LUNDI 30 DÉCEMBRE 2019 – APRÈS-MIDI

Premier message d’alerte venu de Chine

Sur la boîte mail Assistance publique-Hôpitaux de Paris (AP-HP), en provenance de ProMED que diffuse l’International Society for Infectious Diseases, s’affiche un message d’alerte. Il fait état « d’une dizaine de patients hospitalisés pour une pneumonie atypique, peut-être virale, en Chine ». 10 cas sur 1,38 milliard d’habitants : and so what ? En France, seul le Pr Arnaud Fontanet semble y prêter attention. Il dirige l’unité d’épidémiologie des maladies émergentes à l’Institut Pasteur. C’est l’un de ceux qui conseilleront ensuite le président de la République au sein du conseil scientifique. Son acuité et sa compétence de veilleur sanitaire sont sollicitées. Plus tard, il me dira : « Pour ma part, jusqu’au 10 janvier c’est une simple curiosité. Puis c’est la mise en route de la machine pasteurienne pour les tests diagnostiques à partir de cette date. Je réalise qu’il y avait une vraie menace avec les cas thaïlandais et japonais les 13 et 15 janvier, de mémoire. J’envoie le 16 janvier un mail à la direction scientifique de l’Institut Pasteur pour organiser une réunion de chercheurs qui s’est tenue mercredi 22 janvier au soir avec une bonne quinzaine d’équipes. Depuis : six heures de sommeil par nuit, sept jours sur sept. Mais probablement pas grand-chose par rapport à ce que vous vivez dans les hôpitaux. »

D’aucuns se souviennent des signaux d’alerte passés au sujet du virus du sida le 8 juin 1981, à Los Angeles. Cependant bien peu ont laissé leur nom dans l’histoire. Qui connaît le nom de la pharmacienne qui alerta son administration californienne entre octobre 1980 et mai 1981, en constatant une augmentation de la consommation de Pentamidine, un médicament jusque-là utilisé pour traiter une infection grave du poumon, apanage des immunodéprimés ? Ce sera le début du sida, une pandémie qui fera plus de 32 millions de morts. Un début qui sera parfois comparé à la crise du Covid-19. Comme certains feront un parallèle inique entre le scandale des masques et l’affaire du sang contaminé.
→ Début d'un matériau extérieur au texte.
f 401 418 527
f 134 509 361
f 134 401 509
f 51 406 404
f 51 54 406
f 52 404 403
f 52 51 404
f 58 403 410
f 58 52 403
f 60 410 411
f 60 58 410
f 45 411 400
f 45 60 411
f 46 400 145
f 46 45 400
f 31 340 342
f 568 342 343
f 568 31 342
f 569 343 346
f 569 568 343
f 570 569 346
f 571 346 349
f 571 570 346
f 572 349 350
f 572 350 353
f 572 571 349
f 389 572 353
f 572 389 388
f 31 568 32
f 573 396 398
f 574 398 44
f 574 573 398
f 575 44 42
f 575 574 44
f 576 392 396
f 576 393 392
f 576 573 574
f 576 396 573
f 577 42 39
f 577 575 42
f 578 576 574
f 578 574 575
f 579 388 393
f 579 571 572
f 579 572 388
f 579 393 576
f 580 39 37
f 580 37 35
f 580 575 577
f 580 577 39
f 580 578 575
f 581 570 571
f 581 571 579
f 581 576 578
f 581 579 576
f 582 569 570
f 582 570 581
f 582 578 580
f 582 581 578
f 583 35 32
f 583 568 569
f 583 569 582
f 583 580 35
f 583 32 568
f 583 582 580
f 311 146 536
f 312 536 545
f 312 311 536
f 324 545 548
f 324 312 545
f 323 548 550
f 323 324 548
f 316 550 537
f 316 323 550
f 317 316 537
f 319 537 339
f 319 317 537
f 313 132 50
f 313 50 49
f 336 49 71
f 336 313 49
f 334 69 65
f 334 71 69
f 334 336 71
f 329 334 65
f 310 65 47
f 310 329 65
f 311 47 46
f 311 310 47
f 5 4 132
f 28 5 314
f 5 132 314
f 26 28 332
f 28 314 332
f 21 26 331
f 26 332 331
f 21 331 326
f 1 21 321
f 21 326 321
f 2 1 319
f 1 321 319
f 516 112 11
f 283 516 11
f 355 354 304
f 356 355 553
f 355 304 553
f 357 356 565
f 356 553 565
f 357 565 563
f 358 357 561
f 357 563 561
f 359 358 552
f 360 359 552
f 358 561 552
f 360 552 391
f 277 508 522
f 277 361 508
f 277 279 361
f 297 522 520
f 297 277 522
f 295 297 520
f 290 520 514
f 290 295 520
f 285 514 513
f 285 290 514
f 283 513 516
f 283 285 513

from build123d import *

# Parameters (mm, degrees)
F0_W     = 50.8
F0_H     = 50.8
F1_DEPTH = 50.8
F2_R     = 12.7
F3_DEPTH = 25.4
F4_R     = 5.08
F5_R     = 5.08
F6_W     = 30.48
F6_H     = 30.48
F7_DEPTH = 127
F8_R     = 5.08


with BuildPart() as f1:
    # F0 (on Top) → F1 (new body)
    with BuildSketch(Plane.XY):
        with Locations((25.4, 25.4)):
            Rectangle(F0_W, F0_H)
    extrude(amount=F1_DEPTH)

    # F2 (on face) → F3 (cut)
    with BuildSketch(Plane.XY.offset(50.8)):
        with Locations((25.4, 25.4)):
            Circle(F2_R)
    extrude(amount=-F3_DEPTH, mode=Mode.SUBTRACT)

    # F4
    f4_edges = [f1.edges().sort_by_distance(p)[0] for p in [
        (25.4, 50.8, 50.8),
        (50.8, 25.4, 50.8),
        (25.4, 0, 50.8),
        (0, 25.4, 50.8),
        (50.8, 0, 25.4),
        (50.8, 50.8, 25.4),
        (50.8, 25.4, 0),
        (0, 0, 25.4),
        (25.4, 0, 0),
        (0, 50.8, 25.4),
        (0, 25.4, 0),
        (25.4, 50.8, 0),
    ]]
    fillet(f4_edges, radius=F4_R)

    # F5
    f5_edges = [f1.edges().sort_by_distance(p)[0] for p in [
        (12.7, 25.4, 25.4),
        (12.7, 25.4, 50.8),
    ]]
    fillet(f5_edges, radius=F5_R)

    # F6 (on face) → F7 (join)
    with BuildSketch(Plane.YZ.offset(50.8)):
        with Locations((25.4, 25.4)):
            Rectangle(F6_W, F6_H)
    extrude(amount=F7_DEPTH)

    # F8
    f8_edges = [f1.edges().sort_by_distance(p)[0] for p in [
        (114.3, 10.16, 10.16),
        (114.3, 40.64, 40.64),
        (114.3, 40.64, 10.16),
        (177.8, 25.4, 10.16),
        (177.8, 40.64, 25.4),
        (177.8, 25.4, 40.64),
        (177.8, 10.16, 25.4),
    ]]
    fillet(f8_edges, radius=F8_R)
Le mail d’alerte de ProMED se confirme. Le Dr Ai Fen, la cheffe des urgences de l’hôpital central de Wuhan, fait une inquiétante découverte. Depuis plusieurs semaines, de nombreux patients sont soignés pour une étrange infection pulmonaire jusque-là inconnue. Information qui circulait déjà durant le mois de décembre sur les réseaux sociaux chinois, notamment sur WeChat (微信), l’équivalent de Facebook en Chine.
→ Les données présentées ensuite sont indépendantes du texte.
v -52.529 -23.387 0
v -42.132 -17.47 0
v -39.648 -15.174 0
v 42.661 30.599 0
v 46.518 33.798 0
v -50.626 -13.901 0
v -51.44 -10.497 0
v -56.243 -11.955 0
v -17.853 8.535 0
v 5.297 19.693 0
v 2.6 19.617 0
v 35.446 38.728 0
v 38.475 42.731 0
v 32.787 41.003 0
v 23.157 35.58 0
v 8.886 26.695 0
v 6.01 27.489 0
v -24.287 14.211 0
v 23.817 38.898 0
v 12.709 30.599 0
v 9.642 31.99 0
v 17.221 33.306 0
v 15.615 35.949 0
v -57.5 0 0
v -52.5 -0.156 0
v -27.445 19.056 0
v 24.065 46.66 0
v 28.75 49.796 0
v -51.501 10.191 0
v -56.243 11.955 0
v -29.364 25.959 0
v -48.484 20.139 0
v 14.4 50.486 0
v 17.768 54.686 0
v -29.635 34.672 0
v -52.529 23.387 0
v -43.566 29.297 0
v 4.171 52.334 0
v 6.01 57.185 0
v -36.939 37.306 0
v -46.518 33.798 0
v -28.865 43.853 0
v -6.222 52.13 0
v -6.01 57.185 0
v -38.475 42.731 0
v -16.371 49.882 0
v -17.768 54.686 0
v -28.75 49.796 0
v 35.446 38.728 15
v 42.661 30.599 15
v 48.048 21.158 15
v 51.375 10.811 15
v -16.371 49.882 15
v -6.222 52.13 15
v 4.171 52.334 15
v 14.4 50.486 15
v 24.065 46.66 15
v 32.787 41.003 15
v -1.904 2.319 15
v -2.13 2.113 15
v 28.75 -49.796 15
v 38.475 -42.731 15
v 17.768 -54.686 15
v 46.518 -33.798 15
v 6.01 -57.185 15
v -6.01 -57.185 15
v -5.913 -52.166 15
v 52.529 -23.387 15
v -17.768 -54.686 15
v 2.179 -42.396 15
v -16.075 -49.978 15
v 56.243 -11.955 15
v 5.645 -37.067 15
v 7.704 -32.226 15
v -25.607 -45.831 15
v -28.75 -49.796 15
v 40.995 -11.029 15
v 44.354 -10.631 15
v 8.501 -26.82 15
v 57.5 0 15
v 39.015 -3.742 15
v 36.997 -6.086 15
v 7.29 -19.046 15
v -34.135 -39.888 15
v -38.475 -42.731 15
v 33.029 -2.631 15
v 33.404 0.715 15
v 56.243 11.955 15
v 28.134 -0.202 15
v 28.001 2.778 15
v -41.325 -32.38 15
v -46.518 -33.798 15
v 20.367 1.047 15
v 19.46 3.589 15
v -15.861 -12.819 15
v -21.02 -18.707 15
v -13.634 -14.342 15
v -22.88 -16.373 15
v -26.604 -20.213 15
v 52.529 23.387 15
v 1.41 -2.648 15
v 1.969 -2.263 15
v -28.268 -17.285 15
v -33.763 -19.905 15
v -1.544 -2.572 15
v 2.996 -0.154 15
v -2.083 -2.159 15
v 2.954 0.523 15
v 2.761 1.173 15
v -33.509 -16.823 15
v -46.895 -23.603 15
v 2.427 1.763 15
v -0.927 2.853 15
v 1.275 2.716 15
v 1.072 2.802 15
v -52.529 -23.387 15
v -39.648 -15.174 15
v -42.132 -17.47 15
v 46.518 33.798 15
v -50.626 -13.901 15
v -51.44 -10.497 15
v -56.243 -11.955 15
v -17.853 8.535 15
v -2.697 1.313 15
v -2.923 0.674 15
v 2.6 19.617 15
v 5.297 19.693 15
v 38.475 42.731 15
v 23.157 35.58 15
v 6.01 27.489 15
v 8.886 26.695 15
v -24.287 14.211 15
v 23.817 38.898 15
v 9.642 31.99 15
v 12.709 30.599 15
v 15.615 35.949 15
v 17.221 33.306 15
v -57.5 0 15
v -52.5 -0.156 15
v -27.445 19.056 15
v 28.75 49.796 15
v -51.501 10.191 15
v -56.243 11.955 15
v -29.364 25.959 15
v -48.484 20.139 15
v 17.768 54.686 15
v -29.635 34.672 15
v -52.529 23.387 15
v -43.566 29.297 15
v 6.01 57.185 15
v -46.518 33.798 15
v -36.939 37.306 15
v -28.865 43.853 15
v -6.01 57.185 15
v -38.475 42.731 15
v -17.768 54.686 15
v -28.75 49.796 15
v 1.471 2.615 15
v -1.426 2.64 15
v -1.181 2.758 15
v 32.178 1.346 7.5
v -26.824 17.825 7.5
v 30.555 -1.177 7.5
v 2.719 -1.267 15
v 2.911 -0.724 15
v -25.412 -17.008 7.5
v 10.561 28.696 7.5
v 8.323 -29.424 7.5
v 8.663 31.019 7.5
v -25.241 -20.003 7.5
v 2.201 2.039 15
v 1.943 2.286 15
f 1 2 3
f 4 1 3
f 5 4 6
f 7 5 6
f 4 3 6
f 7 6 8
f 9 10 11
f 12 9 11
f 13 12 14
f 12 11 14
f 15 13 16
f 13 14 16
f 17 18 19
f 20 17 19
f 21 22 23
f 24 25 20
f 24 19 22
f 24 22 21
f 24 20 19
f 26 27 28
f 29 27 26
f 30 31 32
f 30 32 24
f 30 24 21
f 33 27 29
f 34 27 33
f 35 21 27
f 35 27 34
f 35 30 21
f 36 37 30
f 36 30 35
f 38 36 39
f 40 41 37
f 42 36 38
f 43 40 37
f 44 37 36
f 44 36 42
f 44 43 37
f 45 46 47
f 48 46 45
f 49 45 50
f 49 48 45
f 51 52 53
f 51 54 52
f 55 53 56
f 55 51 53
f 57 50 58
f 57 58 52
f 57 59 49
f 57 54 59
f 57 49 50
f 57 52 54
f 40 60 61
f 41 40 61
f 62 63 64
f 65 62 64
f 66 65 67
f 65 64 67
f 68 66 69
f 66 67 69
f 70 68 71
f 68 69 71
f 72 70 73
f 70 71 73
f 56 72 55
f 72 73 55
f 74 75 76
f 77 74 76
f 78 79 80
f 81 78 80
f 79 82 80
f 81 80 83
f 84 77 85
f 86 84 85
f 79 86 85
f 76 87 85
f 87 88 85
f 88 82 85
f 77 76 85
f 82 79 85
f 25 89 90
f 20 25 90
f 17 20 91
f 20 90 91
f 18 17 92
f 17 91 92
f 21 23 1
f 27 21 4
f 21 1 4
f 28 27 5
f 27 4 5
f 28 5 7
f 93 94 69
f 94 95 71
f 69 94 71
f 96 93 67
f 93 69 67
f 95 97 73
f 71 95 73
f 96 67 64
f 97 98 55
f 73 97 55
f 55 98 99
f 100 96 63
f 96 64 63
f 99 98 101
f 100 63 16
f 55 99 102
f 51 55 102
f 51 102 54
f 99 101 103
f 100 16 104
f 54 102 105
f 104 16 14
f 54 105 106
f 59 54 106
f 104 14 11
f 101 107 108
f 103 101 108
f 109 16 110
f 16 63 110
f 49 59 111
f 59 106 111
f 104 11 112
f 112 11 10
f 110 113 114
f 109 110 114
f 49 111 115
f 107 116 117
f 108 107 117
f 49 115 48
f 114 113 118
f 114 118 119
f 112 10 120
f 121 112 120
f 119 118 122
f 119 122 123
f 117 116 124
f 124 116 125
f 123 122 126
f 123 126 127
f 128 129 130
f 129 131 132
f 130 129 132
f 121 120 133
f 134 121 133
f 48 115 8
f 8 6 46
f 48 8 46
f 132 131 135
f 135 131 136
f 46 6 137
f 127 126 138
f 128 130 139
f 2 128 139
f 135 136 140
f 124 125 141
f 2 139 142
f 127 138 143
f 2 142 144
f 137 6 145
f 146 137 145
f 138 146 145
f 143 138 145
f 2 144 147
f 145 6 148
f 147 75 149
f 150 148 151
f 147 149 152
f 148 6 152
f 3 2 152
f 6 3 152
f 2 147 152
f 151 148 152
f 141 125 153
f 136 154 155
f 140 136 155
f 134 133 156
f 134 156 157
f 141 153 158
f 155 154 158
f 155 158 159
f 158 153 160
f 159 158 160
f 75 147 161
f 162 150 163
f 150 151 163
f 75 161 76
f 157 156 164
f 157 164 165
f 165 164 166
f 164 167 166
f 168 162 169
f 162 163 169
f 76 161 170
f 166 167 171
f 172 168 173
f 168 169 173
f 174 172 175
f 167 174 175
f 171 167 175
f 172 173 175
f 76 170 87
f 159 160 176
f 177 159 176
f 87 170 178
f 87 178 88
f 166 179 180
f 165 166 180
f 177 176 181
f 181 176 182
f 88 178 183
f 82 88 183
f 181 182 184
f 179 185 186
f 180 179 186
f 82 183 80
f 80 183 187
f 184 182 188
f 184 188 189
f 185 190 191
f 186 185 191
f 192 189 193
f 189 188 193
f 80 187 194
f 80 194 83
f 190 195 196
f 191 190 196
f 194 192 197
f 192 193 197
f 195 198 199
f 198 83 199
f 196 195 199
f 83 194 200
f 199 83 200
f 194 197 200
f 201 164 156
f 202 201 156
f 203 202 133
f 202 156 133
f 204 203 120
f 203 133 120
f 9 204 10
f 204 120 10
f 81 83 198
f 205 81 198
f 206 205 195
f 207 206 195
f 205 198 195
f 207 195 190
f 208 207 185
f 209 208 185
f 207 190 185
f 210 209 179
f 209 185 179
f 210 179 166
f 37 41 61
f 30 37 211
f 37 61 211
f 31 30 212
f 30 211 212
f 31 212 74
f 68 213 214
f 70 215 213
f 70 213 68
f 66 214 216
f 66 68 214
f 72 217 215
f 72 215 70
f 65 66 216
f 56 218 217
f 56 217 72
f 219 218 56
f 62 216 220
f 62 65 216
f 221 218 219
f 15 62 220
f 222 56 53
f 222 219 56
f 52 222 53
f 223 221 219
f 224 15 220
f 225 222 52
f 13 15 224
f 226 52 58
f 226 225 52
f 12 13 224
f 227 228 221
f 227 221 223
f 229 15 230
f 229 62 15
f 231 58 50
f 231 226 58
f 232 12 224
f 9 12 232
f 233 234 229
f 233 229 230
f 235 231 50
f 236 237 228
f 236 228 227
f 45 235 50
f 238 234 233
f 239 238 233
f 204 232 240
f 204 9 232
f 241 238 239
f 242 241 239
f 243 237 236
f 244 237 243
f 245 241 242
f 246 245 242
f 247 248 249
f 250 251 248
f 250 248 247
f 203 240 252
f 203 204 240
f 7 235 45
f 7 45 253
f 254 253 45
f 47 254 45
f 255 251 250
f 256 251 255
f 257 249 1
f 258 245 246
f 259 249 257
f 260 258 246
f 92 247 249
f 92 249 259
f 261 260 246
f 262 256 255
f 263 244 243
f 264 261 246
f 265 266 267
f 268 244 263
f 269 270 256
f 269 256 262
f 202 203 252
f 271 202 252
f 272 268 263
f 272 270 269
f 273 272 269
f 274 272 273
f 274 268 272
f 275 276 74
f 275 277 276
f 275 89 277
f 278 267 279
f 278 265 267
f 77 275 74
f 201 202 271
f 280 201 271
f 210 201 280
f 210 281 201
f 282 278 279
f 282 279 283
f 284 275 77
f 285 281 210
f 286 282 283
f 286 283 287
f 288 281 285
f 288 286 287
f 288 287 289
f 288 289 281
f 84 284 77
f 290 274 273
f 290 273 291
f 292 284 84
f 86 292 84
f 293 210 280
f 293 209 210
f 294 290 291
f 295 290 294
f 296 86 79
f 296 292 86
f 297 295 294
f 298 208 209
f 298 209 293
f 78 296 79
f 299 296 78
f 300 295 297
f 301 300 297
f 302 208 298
Elle apprend avec stupeur que le laboratoire chargé des tests affirme qu’il s’agit d’un coronavirus similaire au SRAS. Elle prend en photo les résultats d’analyse, les entoure d’un cercle rouge, et transfère l’image à des collègues, ainsi qu’au Centre national pour le contrôle et la prévention des maladies infectieuses, le CCDC. Parmi les destinataires de ce message se trouve le Dr Li Wenliang, ophtalmologue à l’hôpital de Wuhan.

Le même jour, il alerte ses collègues sur un forum de discussion en ligne des dangers de ce nouveau virus, comparable, selon lui, au SRAS de 2003.